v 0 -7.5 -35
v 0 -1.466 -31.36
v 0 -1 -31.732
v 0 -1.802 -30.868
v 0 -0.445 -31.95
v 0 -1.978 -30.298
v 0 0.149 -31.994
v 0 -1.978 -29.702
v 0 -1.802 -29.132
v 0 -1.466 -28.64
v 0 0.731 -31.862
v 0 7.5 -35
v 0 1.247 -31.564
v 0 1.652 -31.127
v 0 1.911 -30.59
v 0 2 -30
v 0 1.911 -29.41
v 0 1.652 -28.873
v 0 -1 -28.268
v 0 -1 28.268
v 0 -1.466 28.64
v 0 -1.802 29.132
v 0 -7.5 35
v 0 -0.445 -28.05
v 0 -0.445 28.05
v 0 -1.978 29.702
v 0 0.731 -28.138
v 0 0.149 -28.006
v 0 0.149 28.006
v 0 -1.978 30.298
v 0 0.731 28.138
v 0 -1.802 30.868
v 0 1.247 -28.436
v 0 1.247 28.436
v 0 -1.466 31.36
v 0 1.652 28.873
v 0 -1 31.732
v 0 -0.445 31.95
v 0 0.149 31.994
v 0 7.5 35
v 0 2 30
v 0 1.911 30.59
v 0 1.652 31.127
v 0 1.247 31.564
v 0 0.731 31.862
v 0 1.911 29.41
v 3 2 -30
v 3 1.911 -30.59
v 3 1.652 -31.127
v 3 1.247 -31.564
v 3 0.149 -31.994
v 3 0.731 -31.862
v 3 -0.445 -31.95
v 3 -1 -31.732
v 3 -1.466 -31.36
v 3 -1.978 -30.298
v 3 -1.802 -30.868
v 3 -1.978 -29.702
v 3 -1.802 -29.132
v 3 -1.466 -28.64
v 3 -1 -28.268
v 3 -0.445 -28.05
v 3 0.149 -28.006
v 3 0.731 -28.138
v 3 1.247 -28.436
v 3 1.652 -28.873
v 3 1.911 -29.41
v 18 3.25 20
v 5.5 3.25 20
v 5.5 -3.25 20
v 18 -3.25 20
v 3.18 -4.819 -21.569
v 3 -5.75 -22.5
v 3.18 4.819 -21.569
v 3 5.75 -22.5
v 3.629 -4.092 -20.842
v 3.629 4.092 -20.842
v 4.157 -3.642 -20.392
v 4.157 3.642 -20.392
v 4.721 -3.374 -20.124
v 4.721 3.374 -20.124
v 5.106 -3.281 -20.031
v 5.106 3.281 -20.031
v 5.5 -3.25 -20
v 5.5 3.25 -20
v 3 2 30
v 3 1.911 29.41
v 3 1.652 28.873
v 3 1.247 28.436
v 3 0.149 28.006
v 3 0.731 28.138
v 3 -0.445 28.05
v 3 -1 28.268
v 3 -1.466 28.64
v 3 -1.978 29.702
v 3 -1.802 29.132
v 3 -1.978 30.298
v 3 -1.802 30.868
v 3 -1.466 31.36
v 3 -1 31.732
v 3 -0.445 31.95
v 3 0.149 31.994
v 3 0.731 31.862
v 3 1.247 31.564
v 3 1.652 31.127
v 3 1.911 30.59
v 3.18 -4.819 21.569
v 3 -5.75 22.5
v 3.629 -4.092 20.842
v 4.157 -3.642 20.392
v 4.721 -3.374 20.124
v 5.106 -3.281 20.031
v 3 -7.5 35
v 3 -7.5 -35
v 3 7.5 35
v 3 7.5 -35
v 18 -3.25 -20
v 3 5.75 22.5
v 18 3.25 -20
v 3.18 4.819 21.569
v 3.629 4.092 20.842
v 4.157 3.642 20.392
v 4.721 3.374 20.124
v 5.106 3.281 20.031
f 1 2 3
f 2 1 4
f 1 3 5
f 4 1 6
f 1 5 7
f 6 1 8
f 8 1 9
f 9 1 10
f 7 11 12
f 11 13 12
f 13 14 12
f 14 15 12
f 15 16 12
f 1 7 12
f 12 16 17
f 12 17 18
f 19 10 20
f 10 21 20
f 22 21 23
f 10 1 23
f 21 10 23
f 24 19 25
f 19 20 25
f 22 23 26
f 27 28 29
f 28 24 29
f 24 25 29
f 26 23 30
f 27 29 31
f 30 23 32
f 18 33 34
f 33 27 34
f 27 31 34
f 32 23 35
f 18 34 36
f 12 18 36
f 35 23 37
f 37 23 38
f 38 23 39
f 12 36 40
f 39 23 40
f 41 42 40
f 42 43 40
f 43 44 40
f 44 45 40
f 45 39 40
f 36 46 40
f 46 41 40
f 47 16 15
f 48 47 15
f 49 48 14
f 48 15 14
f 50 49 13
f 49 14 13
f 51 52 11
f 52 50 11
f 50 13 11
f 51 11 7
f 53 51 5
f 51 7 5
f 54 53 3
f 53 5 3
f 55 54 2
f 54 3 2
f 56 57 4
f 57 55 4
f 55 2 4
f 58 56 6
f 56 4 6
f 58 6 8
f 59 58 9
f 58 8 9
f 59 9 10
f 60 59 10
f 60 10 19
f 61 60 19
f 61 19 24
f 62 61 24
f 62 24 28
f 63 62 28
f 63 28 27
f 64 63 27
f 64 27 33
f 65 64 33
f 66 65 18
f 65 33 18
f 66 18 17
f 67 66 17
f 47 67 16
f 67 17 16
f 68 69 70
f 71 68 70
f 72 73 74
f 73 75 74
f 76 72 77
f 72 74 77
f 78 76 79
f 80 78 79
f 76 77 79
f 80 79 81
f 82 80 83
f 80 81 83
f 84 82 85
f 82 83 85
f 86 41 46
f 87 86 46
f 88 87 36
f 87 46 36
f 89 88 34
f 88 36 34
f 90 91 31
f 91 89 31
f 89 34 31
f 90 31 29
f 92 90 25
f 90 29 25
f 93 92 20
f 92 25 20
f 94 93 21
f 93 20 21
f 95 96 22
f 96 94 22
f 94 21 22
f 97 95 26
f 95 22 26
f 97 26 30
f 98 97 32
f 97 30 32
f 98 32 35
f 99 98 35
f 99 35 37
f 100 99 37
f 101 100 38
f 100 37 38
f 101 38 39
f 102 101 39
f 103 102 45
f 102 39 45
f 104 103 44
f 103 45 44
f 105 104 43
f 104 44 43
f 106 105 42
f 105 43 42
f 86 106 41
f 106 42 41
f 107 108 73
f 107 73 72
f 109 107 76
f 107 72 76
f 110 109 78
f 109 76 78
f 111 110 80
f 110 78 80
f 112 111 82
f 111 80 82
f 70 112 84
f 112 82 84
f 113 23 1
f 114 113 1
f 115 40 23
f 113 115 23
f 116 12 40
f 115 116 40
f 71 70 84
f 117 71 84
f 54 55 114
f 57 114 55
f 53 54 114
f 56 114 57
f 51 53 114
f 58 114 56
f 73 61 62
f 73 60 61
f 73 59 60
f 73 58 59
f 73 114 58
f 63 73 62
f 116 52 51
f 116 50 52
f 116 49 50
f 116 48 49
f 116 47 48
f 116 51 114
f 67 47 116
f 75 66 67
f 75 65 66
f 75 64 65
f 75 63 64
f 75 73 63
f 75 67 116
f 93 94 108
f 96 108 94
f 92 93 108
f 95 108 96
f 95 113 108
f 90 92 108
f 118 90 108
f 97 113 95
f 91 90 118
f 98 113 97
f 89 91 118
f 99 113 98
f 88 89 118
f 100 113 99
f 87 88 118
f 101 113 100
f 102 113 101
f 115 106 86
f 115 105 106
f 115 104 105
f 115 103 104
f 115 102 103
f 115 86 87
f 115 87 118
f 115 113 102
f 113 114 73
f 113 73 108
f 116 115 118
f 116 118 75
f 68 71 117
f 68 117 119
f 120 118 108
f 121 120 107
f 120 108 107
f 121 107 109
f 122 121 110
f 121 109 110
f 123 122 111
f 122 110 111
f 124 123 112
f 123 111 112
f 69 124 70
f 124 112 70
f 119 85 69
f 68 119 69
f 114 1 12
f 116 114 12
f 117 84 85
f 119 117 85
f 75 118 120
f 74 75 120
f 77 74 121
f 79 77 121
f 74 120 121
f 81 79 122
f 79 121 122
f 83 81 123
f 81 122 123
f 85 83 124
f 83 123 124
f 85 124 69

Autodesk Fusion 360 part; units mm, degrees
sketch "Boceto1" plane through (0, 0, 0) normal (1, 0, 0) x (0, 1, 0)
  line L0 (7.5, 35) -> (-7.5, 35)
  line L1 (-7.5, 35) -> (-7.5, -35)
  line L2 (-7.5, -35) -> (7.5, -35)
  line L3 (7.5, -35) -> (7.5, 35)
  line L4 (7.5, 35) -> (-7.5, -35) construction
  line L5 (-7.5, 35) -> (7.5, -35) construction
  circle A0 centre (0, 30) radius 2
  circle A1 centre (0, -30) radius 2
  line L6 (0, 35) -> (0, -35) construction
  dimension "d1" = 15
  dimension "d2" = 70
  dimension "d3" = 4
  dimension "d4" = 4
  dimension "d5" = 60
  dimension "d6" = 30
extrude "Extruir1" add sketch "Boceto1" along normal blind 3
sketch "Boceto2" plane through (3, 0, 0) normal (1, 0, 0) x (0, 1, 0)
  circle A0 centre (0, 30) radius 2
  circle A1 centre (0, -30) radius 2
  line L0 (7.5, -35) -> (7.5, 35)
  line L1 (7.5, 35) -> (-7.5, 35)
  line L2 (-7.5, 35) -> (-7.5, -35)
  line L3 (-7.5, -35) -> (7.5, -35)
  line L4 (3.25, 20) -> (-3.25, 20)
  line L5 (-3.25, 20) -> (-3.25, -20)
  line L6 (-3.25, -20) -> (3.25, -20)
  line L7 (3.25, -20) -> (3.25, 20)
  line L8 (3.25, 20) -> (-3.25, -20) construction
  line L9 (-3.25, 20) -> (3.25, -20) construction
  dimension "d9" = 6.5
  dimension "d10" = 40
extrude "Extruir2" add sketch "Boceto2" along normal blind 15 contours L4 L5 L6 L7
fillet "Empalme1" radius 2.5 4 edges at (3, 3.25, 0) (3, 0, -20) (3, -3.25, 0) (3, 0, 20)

# # # # # # #

WHAT THE TASK REQUIRES: Begin with the first line of the records and reproduce each line as is, ending with the line that holds "v 0 1.911 29.41".

OUTPUT FOR THIS EXERCISE:
v 0 -7.5 -35
v 0 -1.466 -31.36
v 0 -1 -31.732
v 0 -1.802 -30.868
v 0 -0.445 -31.95
v 0 -1.978 -30.298
v 0 0.149 -31.994
v 0 -1.978 -29.702
v 0 -1.802 -29.132
v 0 -1.466 -28.64
v 0 0.731 -31.862
v 0 7.5 -35
v 0 1.247 -31.564
v 0 1.652 -31.127
v 0 1.911 -30.59
v 0 2 -30
v 0 1.911 -29.41
v 0 1.652 -28.873
v 0 -1 -28.268
v 0 -1 28.268
v 0 -1.466 28.64
v 0 -1.802 29.132
v 0 -7.5 35
v 0 -0.445 -28.05
v 0 -0.445 28.05
v 0 -1.978 29.702
v 0 0.731 -28.138
v 0 0.149 -28.006
v 0 0.149 28.006
v 0 -1.978 30.298
v 0 0.731 28.138
v 0 -1.802 30.868
v 0 1.247 -28.436
v 0 1.247 28.436
v 0 -1.466 31.36
v 0 1.652 28.873
v 0 -1 31.732
v 0 -0.445 31.95
v 0 0.149 31.994
v 0 7.5 35
v 0 2 30
v 0 1.911 30.59
v 0 1.652 31.127
v 0 1.247 31.564
v 0 0.731 31.862
v 0 1.911 29.41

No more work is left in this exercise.